A TABLE, FLUNG INTO THE AIR, ROTATES.

In the spring of 1870 I was visiting a friend of mine, Mr. B——, whose charming residence on Staten Island commands a magnificent view over the Bay of New York, with the distant city on one hand and the Narrows, opening into the ocean, on the other.

The family had no knowledge of Spiritualism and scant faith in any of its phenomena, until a month or two before my visit, when one of the sons, a young man whom I shall call Charles, suddenly found himself, as much to his surprise as to that of his relatives, gifted with rare spiritual powers.

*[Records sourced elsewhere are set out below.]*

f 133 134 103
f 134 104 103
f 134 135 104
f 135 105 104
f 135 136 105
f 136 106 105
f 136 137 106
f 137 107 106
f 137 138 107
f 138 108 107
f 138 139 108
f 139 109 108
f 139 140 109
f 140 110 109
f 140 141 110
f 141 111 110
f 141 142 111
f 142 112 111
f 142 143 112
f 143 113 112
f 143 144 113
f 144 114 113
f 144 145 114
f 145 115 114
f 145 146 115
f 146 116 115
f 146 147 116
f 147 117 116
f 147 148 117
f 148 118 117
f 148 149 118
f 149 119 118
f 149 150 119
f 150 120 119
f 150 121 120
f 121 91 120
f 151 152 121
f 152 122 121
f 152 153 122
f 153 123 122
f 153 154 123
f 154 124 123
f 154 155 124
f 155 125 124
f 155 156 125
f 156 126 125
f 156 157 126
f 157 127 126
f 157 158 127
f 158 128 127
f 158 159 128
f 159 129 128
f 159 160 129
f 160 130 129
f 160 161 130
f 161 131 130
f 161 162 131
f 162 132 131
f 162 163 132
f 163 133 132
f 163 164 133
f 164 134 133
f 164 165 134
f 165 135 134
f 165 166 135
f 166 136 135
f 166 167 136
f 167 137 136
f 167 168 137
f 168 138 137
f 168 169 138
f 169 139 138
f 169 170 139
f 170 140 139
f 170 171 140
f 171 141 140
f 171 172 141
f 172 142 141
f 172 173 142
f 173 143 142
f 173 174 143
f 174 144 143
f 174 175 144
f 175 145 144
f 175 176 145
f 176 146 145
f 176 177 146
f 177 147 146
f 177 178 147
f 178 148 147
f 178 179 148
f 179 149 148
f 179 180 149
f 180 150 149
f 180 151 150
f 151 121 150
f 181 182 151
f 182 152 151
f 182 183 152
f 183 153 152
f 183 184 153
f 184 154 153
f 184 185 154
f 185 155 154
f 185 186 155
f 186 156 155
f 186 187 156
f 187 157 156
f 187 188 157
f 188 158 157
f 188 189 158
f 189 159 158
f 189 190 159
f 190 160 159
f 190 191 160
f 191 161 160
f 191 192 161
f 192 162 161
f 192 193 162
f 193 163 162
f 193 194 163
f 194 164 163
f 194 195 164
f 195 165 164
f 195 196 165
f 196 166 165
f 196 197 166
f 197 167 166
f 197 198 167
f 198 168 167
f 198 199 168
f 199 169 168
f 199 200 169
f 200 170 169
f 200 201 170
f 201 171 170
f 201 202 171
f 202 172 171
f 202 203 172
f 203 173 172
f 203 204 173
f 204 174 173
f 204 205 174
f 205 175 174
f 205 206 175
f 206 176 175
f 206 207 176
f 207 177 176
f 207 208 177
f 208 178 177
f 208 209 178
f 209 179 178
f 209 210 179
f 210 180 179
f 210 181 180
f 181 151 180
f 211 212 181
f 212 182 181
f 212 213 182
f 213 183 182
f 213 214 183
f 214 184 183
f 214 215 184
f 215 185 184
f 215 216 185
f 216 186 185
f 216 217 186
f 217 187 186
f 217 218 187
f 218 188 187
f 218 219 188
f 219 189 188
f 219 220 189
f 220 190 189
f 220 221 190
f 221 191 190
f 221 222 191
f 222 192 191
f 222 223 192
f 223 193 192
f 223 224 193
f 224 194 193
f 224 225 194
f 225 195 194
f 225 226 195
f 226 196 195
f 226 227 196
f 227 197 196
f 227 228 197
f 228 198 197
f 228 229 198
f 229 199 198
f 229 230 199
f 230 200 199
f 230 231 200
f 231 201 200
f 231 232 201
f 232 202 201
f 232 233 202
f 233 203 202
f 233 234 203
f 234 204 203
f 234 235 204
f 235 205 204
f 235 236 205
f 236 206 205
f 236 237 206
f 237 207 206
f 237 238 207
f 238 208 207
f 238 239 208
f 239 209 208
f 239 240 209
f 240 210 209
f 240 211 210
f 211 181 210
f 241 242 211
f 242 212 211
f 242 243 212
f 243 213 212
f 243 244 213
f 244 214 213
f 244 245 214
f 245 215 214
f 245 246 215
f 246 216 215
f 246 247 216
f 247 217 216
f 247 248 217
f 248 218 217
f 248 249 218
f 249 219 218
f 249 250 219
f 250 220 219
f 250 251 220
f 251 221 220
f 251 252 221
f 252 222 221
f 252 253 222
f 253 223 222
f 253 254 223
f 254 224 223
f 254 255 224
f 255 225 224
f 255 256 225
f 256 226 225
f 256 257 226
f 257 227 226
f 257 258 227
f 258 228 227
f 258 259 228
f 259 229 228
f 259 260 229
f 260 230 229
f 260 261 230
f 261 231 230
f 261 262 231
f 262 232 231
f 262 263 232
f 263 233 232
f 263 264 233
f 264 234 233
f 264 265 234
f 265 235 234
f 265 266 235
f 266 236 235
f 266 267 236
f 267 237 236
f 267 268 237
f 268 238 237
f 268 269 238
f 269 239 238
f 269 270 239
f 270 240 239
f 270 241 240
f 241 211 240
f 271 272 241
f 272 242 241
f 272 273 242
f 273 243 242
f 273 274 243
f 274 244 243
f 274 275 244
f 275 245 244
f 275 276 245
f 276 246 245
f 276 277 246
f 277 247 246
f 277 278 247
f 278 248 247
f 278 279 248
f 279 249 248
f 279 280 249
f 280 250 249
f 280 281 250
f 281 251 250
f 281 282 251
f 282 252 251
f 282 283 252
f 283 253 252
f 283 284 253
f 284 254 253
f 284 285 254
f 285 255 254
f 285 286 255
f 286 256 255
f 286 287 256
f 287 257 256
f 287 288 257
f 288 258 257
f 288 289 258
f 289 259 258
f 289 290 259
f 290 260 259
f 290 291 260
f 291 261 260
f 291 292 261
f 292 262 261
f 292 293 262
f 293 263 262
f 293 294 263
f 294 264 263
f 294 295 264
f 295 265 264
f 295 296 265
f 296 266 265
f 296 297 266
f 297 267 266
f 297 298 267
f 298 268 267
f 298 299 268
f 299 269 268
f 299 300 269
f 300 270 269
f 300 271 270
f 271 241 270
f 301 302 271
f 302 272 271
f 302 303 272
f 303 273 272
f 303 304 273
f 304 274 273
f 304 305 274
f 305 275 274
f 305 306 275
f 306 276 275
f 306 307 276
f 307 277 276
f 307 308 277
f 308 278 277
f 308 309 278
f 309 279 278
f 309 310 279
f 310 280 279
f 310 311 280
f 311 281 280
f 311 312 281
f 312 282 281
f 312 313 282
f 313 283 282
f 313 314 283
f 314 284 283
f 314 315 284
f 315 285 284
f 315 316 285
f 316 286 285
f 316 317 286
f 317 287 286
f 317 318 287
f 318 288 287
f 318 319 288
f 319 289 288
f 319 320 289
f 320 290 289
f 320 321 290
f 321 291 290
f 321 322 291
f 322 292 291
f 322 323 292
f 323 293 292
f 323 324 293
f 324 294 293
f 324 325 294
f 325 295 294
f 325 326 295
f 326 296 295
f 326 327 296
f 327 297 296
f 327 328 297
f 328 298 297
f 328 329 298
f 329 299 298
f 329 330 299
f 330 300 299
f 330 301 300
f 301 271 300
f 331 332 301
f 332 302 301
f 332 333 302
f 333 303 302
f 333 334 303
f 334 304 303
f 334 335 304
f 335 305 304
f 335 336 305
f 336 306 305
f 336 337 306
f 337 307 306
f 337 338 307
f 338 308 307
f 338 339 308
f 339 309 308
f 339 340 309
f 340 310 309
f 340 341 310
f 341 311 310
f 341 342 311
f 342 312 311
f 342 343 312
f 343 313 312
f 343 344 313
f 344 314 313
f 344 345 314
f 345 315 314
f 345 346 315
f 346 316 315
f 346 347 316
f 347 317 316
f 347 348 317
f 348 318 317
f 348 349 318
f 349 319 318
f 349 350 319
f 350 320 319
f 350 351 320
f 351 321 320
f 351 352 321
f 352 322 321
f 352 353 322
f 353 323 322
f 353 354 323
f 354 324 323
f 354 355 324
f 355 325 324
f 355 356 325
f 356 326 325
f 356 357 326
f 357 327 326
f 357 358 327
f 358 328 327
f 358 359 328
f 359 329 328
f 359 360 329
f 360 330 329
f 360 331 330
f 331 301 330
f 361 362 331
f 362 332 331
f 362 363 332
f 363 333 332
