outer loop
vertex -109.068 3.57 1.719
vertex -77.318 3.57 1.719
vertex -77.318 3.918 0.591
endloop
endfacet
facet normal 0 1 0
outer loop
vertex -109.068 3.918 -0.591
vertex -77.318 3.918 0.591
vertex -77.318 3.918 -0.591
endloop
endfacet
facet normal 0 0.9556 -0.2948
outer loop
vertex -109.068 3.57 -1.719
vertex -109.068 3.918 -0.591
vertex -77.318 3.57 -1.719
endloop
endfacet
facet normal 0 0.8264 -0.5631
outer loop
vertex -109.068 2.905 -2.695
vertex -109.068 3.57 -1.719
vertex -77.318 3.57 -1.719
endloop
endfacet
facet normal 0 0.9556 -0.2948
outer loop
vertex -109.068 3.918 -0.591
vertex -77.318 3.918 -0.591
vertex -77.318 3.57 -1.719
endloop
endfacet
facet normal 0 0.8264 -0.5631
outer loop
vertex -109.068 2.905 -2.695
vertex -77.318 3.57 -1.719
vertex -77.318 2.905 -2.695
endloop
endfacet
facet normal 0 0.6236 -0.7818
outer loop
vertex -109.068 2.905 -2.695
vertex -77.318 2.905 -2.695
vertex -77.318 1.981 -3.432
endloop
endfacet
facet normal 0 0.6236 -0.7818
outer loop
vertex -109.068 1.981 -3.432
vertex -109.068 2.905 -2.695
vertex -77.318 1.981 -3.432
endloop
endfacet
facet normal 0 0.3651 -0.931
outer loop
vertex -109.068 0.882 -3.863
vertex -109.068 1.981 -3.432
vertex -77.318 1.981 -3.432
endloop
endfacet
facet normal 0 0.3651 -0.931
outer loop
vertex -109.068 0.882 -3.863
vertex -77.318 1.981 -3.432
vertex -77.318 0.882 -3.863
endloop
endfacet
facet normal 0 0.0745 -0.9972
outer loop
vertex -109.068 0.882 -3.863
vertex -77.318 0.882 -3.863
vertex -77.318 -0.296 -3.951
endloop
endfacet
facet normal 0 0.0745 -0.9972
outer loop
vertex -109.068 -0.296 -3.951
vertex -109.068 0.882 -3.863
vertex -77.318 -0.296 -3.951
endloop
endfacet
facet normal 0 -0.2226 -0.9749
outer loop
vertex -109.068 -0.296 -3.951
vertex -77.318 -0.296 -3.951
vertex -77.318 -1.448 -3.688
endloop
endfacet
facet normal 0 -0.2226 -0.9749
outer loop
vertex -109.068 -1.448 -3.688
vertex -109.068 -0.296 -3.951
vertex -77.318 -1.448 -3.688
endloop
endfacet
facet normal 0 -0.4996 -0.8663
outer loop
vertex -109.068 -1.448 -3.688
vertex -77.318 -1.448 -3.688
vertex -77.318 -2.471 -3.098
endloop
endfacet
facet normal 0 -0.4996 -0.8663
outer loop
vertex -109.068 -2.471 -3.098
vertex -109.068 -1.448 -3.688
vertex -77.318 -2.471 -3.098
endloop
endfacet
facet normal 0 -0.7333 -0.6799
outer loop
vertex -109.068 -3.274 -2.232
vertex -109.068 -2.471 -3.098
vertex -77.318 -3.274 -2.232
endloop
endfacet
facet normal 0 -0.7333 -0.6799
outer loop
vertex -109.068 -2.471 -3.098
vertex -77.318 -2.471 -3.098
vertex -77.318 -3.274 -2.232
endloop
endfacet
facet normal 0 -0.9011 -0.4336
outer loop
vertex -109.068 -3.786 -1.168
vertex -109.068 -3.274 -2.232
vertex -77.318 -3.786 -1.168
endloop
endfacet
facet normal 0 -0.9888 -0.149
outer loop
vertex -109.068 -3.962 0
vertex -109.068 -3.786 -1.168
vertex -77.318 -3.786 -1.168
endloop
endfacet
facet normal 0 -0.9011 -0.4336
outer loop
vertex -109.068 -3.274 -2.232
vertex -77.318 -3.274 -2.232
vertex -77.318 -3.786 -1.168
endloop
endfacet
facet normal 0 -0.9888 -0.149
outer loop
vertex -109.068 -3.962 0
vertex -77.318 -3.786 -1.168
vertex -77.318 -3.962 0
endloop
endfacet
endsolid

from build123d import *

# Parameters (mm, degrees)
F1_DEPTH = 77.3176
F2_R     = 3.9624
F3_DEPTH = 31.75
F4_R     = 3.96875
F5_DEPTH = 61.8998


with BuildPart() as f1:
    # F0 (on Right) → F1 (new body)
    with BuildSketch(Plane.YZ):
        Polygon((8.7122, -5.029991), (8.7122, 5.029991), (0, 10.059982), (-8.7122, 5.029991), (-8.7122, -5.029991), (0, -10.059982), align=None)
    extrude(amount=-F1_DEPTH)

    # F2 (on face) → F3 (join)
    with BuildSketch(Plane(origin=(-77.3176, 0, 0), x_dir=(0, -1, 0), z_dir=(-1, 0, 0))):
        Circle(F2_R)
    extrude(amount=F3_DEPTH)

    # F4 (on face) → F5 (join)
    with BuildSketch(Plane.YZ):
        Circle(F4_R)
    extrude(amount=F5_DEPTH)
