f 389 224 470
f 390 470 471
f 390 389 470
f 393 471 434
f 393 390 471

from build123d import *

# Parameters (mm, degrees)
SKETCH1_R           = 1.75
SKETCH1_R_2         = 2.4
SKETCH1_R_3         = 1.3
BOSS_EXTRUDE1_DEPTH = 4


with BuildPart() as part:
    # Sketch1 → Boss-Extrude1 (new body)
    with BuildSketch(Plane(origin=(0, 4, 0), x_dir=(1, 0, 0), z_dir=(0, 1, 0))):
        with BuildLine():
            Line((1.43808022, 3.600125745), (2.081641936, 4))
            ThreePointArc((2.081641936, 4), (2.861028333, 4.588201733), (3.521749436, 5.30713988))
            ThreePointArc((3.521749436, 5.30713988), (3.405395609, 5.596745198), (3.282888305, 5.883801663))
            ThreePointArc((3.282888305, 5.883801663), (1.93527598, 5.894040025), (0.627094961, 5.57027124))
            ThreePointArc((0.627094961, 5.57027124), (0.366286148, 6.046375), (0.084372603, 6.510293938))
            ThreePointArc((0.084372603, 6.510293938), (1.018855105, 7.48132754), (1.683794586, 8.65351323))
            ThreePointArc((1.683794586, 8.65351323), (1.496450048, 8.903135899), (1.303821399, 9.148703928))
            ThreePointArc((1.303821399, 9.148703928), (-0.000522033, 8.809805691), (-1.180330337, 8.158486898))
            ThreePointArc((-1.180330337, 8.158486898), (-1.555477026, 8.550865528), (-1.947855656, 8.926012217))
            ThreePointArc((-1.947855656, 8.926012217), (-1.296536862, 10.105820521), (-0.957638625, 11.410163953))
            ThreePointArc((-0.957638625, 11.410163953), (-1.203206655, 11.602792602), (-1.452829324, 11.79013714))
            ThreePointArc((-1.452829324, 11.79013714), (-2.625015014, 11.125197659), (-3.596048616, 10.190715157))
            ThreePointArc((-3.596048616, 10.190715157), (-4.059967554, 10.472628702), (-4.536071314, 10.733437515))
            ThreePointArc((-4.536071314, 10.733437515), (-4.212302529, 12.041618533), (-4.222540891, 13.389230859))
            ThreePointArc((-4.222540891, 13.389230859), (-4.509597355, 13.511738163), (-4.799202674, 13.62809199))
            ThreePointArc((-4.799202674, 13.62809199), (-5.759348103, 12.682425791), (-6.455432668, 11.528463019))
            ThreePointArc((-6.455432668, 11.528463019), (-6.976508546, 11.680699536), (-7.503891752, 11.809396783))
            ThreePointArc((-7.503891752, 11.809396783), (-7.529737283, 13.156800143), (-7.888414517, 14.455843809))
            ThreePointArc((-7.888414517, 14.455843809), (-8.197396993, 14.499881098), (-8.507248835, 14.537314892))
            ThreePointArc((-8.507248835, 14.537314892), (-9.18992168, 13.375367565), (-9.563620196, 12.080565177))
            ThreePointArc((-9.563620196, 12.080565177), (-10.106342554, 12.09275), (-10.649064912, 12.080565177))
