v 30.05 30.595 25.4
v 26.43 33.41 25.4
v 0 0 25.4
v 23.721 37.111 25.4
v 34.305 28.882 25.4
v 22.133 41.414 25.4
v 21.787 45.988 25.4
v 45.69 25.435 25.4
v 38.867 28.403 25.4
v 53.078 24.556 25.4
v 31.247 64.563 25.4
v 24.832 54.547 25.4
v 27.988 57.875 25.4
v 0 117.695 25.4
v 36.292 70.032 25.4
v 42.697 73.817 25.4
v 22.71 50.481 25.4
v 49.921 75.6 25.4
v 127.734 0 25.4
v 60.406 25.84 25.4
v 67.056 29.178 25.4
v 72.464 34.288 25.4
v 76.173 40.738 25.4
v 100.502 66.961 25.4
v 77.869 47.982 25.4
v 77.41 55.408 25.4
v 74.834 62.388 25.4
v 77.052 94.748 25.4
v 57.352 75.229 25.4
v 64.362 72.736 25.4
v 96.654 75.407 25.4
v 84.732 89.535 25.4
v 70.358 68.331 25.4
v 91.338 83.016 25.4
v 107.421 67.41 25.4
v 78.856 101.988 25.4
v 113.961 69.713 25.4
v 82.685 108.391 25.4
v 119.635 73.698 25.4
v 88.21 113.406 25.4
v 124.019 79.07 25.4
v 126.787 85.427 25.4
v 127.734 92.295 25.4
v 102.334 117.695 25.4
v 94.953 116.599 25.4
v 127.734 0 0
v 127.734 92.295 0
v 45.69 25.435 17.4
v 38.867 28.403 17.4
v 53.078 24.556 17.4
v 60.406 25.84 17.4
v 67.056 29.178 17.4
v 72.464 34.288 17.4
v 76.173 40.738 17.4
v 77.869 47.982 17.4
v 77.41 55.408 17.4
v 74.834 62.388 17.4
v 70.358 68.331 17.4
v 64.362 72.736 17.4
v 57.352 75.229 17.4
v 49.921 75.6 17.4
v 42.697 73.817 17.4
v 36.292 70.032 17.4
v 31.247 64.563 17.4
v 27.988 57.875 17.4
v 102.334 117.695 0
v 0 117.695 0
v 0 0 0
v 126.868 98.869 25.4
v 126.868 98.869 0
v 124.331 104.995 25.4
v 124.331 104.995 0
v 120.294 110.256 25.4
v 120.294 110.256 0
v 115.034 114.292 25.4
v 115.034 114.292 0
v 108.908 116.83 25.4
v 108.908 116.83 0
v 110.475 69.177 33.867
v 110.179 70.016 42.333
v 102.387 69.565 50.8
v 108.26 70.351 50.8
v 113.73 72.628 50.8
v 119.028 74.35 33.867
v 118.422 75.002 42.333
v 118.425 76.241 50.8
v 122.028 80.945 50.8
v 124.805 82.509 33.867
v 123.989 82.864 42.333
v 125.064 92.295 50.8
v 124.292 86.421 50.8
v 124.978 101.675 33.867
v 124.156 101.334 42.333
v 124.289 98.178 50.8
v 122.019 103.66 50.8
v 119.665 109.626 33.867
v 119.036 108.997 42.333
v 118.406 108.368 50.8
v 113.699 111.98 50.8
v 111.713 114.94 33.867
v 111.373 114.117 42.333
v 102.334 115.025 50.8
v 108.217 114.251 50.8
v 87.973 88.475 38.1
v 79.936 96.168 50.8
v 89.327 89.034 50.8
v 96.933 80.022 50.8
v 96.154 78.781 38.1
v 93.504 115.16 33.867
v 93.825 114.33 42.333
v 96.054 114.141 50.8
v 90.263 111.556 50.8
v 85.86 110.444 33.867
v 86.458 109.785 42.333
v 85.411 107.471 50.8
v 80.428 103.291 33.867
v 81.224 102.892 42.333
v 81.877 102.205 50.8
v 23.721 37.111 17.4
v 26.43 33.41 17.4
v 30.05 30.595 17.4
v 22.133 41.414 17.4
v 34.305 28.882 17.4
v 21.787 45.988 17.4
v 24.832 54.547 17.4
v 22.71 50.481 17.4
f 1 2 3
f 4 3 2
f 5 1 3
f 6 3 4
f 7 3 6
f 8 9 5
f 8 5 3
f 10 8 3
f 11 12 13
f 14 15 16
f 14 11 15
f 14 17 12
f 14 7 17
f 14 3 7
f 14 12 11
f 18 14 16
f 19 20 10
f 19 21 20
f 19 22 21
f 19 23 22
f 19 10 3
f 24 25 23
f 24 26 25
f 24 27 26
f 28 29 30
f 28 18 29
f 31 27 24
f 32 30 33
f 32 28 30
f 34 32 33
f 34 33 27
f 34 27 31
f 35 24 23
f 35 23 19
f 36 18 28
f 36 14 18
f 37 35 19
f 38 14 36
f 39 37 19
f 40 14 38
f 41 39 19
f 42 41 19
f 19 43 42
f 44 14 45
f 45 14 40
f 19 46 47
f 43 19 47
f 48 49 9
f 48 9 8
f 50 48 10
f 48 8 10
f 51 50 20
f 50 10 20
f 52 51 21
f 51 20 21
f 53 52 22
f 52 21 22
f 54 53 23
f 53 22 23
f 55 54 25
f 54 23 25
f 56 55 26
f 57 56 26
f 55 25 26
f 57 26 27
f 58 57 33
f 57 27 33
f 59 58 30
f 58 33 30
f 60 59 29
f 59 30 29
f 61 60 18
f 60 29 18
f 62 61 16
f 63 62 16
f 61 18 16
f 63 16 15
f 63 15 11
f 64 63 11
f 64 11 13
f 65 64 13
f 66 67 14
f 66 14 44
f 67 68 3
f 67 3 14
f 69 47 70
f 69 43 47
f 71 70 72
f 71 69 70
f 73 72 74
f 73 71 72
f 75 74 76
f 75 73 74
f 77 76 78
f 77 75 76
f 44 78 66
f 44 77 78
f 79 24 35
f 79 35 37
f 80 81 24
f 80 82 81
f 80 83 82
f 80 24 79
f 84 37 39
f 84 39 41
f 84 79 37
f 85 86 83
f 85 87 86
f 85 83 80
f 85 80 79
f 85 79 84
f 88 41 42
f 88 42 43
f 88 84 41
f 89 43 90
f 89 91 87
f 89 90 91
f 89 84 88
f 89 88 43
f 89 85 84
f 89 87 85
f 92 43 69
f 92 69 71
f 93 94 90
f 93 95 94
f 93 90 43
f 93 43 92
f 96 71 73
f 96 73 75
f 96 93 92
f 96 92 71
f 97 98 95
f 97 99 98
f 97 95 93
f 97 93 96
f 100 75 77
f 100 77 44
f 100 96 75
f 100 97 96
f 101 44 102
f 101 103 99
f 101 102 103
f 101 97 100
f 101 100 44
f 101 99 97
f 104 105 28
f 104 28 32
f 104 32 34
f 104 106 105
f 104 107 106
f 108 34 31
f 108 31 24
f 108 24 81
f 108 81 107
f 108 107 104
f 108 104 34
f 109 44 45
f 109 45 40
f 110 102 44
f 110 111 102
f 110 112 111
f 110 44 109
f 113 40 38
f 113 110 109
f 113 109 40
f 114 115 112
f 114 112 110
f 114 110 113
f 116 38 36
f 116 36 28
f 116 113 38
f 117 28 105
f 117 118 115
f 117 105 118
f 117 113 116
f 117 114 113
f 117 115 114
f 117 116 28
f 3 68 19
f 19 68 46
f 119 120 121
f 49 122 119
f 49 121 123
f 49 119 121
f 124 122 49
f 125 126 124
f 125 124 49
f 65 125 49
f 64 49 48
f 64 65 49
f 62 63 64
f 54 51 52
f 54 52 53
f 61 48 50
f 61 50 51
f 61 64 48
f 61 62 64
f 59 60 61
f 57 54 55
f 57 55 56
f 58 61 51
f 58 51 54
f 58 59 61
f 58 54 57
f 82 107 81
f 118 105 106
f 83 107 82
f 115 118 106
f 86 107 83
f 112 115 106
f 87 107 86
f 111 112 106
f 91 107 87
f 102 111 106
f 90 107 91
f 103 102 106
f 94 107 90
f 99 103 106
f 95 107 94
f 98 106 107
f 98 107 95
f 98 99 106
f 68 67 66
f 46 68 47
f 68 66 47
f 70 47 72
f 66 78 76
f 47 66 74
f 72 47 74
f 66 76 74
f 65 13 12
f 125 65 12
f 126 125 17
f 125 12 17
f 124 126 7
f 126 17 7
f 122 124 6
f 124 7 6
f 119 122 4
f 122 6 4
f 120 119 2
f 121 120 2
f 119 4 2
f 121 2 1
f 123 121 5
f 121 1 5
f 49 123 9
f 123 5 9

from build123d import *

# Parameters (mm, degrees)
F0_W     = 127.7336031199
F0_H     = 117.6951080561
F1_DEPTH = 25.4
F2_R     = 25.4
F4_DEPTH = 8
F6_DEPTH = 25.4
F6_TAPER = 6


with BuildPart() as f1:
    # F0 (on Top) → F1 (new body)
    with BuildSketch(Plane.XY):
        with Locations((63.8668015599, 58.847554028)):
            Rectangle(F0_W, F0_H)
    extrude(amount=F1_DEPTH)

    # F2
    f2_edges = [f1.edges().sort_by_distance(p)[0] for p in [
        (127.733603, 117.695108, 12.7),
    ]]
    fillet(f2_edges, radius=F2_R)

    # F3 (on face) → F4 (cut)
    with BuildSketch(Plane.XY.offset(25.4)):
        with BuildLine():
            ThreePointArc((38.8666712233, 28.4028087029), (76.3769148887, 58.9921224705), (27.9881136193, 57.8748005294))
            ThreePointArc((27.9881136193, 57.8748005294), (22.7769180991, 39.2075535793), (38.8666712233, 28.4028087029))
        make_face()
    extrude(amount=-F4_DEPTH, mode=Mode.SUBTRACT)

    # F5 (on face) → F6 (join)
    with BuildSketch(Plane.XY.offset(25.4)):
        with BuildLine():
            ThreePointArc((77.0522903969, 94.7477040289), (91.3384484979, 83.0158556177), (100.5024355694, 66.9612014208))
            ThreePointArc((100.5024355694, 66.9612014208), (119.6345907249, 73.6984463156), (127.7336031199, 92.2951080561))
            ThreePointArc((127.7336031199, 92.2951080561), (120.294115362, 110.2556202982), (102.3336031199, 117.6951080561))
            ThreePointArc((102.3336031199, 117.6951080561), (85.26222265, 111.1027652428), (77.0522903969, 94.7477040289))
        make_face()
    extrude(amount=F6_DEPTH, taper=F6_TAPER)


solid = f1.part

Passing by, for the present, the most remarkable of these, I here reproduce, from minutes taken next day and submitted for correction to the assistants, part of a record of what I witnessed at two sessions, both held on the second of April, 1870.

The first was in the afternoon. We had been sitting previously in a back parlor; but, on my proposal, we adjourned to the drawing-room, on the front of the house, where, until then, we had not sat. There were present, besides Charles and myself, two other relatives of the family, Mr. N— and Mr. L——. The room was darkened with heavy curtains which we drew close; but sufficient light came through to enable us to see the outlines of objects.

We sat at a heavy deal-table, made, expressly for the purpose, very thick and strong; the legs more than two inches square; size two feet seven inches by one foot eight inches, and weighing twenty-five pounds.